Personally I was thinking of Nier Automata when I read that.
Backwards_Cowboy
owned a Vita and WiiU. I know failure
1737
author=Sooz
plodding over the same old terrain just to use the key item/skill to open up slightly new terrain (while dealing with constant anklebiters you've leveled past already) is more annoying than fun.


Scaling enemy encounters can help with that. Rogue Galaxy, a mid PS2-era action JRPG, would cause you to start encountering high-level enemies in early-game locations after a certain plot point. You'll still encounter the low-level monsters, but only a small amount of the time, so you'll mostly find yourself fighting monsters on par with your own party. I found it out the hard way when I went back to grind enemy-specific kill counters for side-quest reasons, and ended up encountering enemies capable of 3HKO'ing some of my characters in the starting town. Revisiting old locations becomes necessary for some of the side quests later on, as well as the bonus achievements.
Sooz
They told me I was mad when I said I was going to create a spidertable. Who’s laughing now!!!
5354
author=Backwards_Cowboy
Scaling enemy encounters can help with that.

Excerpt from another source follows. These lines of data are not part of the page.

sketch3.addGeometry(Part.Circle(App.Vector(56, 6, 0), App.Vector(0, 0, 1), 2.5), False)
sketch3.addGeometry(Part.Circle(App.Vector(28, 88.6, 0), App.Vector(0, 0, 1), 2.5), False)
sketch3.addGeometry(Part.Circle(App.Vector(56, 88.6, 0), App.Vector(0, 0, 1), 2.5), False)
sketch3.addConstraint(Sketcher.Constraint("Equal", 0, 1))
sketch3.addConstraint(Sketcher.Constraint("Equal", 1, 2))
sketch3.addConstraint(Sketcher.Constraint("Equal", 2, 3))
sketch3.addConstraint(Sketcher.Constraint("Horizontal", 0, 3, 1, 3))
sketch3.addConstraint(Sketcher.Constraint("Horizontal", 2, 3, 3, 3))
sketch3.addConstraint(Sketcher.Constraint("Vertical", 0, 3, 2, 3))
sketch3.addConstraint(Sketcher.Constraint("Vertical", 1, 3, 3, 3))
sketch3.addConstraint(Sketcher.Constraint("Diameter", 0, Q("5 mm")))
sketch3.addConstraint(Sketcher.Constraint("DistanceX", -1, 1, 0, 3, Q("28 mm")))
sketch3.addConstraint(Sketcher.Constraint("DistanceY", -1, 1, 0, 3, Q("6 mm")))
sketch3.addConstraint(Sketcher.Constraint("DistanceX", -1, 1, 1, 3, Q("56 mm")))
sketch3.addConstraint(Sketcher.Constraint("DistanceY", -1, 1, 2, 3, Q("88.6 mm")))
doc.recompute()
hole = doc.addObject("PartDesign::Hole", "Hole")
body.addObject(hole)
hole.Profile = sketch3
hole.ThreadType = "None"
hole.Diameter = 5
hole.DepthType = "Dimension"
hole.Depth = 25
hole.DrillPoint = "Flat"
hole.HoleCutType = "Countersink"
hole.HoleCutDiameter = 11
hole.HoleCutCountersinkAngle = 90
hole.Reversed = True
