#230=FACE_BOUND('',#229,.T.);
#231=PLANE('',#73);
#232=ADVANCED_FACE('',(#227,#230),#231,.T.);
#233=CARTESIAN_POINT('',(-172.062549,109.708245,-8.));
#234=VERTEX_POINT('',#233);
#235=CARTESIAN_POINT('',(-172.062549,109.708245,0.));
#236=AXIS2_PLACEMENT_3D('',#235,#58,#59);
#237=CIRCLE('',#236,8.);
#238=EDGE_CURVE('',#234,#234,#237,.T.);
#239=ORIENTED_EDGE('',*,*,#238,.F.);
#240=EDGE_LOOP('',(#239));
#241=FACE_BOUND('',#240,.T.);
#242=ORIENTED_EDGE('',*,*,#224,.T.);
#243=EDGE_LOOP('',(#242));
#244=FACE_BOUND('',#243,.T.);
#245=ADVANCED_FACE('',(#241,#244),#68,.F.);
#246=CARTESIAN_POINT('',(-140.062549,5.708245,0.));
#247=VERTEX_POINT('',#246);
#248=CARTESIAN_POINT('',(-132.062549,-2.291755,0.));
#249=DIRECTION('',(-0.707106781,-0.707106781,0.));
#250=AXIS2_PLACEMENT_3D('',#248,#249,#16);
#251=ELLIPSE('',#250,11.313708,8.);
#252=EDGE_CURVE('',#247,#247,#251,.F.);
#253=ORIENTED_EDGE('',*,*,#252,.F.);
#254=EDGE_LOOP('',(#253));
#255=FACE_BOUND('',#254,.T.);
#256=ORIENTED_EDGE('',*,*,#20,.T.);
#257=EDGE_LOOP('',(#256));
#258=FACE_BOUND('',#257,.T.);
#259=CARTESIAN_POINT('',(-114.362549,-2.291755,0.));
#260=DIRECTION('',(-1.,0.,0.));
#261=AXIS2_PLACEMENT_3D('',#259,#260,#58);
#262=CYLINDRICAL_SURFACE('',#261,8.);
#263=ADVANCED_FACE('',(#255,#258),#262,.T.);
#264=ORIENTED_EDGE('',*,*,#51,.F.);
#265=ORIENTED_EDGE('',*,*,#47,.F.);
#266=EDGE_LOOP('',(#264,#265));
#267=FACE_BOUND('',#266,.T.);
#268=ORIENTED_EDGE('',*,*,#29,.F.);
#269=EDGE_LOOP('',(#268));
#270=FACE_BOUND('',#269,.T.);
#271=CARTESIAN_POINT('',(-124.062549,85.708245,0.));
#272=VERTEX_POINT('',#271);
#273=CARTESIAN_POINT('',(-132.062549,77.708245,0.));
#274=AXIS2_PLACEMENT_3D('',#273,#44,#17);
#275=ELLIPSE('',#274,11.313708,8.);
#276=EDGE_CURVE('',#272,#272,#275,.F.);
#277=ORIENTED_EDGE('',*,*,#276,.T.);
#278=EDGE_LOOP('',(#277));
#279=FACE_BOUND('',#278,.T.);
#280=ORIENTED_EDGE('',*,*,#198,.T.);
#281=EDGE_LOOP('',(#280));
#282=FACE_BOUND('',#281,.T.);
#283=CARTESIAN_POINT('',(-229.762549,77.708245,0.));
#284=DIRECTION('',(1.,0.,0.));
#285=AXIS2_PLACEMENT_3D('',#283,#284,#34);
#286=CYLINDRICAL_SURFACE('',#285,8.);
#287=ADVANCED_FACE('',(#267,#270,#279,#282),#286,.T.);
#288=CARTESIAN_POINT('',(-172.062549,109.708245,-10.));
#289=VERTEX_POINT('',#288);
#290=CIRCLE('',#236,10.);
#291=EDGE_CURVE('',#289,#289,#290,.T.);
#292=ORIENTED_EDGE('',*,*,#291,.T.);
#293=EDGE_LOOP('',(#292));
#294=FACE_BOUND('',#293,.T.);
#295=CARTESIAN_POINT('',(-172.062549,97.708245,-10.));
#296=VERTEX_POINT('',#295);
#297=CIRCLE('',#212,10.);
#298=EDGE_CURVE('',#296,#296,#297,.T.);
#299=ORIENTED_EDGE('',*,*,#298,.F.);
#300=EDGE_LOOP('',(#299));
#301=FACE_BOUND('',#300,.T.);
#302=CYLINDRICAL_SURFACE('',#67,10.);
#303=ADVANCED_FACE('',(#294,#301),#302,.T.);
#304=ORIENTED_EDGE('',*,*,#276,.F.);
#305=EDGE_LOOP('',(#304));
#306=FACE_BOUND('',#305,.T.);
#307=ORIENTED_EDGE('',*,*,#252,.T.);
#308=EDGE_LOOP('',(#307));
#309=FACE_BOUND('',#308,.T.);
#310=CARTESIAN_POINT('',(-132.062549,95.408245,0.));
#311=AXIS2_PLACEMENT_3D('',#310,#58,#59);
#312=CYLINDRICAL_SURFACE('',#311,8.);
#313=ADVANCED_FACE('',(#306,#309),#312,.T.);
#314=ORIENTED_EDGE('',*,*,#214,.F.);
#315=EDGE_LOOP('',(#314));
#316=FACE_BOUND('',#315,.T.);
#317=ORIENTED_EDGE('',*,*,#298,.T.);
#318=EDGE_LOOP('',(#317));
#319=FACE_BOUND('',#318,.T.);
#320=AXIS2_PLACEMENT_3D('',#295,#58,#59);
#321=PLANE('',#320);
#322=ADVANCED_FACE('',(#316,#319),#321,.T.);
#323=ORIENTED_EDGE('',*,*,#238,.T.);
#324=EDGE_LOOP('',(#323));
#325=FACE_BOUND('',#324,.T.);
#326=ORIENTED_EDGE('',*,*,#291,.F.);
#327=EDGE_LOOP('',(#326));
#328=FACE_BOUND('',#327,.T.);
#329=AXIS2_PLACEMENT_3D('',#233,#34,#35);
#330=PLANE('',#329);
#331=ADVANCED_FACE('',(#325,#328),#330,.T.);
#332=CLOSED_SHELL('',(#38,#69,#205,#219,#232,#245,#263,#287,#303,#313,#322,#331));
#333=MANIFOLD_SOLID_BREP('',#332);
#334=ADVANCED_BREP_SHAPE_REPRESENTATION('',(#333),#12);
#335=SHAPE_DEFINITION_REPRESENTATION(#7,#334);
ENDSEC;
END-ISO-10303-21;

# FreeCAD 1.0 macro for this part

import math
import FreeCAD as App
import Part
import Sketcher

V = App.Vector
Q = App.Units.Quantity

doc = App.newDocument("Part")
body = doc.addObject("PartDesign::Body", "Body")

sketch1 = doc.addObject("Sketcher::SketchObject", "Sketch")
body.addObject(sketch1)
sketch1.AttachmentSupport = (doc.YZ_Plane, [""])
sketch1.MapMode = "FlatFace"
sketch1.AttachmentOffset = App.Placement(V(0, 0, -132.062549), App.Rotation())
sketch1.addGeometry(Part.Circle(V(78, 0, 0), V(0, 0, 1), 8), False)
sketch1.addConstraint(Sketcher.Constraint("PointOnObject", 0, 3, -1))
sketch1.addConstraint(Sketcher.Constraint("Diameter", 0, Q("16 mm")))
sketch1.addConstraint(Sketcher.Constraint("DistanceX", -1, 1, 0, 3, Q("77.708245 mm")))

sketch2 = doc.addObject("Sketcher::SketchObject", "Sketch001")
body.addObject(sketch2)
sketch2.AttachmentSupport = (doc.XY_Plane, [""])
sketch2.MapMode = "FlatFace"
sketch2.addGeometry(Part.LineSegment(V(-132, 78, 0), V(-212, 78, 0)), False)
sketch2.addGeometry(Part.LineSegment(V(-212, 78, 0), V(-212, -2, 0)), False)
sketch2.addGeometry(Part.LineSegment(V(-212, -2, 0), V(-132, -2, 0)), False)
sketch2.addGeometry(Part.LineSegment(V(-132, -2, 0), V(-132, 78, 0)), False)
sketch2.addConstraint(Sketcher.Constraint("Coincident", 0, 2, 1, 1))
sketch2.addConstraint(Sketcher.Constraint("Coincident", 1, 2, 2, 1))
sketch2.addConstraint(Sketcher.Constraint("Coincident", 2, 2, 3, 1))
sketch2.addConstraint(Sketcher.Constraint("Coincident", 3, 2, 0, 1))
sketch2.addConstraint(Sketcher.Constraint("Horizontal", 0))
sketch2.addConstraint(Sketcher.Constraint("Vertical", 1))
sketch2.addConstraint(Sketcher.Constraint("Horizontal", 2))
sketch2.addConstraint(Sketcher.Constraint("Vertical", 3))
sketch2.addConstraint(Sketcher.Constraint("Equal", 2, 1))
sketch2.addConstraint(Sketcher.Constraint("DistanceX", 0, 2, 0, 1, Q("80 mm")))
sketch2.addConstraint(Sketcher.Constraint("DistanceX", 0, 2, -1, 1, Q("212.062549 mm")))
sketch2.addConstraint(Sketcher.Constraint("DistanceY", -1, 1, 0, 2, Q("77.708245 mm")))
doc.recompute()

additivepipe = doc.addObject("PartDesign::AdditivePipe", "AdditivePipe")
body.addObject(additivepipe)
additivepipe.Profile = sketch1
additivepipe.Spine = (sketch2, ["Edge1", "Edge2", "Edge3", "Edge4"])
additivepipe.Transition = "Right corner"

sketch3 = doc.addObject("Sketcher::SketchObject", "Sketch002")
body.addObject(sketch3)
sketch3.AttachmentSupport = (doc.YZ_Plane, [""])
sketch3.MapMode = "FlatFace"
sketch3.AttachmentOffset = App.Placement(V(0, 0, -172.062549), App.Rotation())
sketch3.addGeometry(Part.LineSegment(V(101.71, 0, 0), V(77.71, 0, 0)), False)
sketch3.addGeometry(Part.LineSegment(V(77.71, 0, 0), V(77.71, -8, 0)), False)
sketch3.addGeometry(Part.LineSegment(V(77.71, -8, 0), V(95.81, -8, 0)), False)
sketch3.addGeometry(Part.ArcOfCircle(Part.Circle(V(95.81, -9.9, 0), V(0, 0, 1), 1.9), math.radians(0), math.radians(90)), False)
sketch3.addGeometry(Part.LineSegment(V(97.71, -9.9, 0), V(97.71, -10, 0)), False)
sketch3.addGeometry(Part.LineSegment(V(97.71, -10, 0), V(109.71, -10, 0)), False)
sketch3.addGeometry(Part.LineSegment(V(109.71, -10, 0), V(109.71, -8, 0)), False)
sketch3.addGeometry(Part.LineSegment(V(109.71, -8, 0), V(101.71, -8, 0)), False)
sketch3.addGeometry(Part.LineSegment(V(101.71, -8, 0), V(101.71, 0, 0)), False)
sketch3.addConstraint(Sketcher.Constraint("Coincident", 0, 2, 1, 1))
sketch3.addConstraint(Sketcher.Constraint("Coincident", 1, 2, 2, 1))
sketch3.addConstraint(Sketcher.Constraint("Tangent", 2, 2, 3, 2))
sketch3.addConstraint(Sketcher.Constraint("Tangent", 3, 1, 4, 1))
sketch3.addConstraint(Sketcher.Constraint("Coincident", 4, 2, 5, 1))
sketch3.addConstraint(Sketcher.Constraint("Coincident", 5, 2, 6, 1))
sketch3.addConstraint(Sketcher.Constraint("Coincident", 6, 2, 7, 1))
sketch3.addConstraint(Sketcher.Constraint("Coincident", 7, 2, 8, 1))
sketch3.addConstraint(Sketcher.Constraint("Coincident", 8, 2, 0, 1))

To an extent, yes, but in terms of narrative it leaves a lot to be desired. And, as a player, if I'm going to be fighting harder enemies, I'd still much rather be encountering them in a new and/or different area.

Scaling enemies is a solution, but it's a very clunky and obvious one that in most cases of revisiting areas feels like padding.
I struggle to find reasons to return to previous areas in traditional RPG's. The enemies are no challenge and offer little EXP. The treasure is outdated. Backtracking through an area I've already been to just isn't very exciting. Yeah, you can fix all those issues with level scaling, treasure scaling, adding overworld shortcuts etc, but why though? I'd much rather see new areas, fight against new enemies, find new stuff.
I've always gone with linear approaches that force the player forward to new places. The only reason you'd return to an older area would be for story reasons, when things have changed in that place.
author=Darken
The other extreme is the absolute point of no return, always going forward, rarely ever able to backtrack. RPGs (being exploration and progression based) doesn't always fully commit to this. The only RPG I can think of that commits to this idea is the RM game The Way.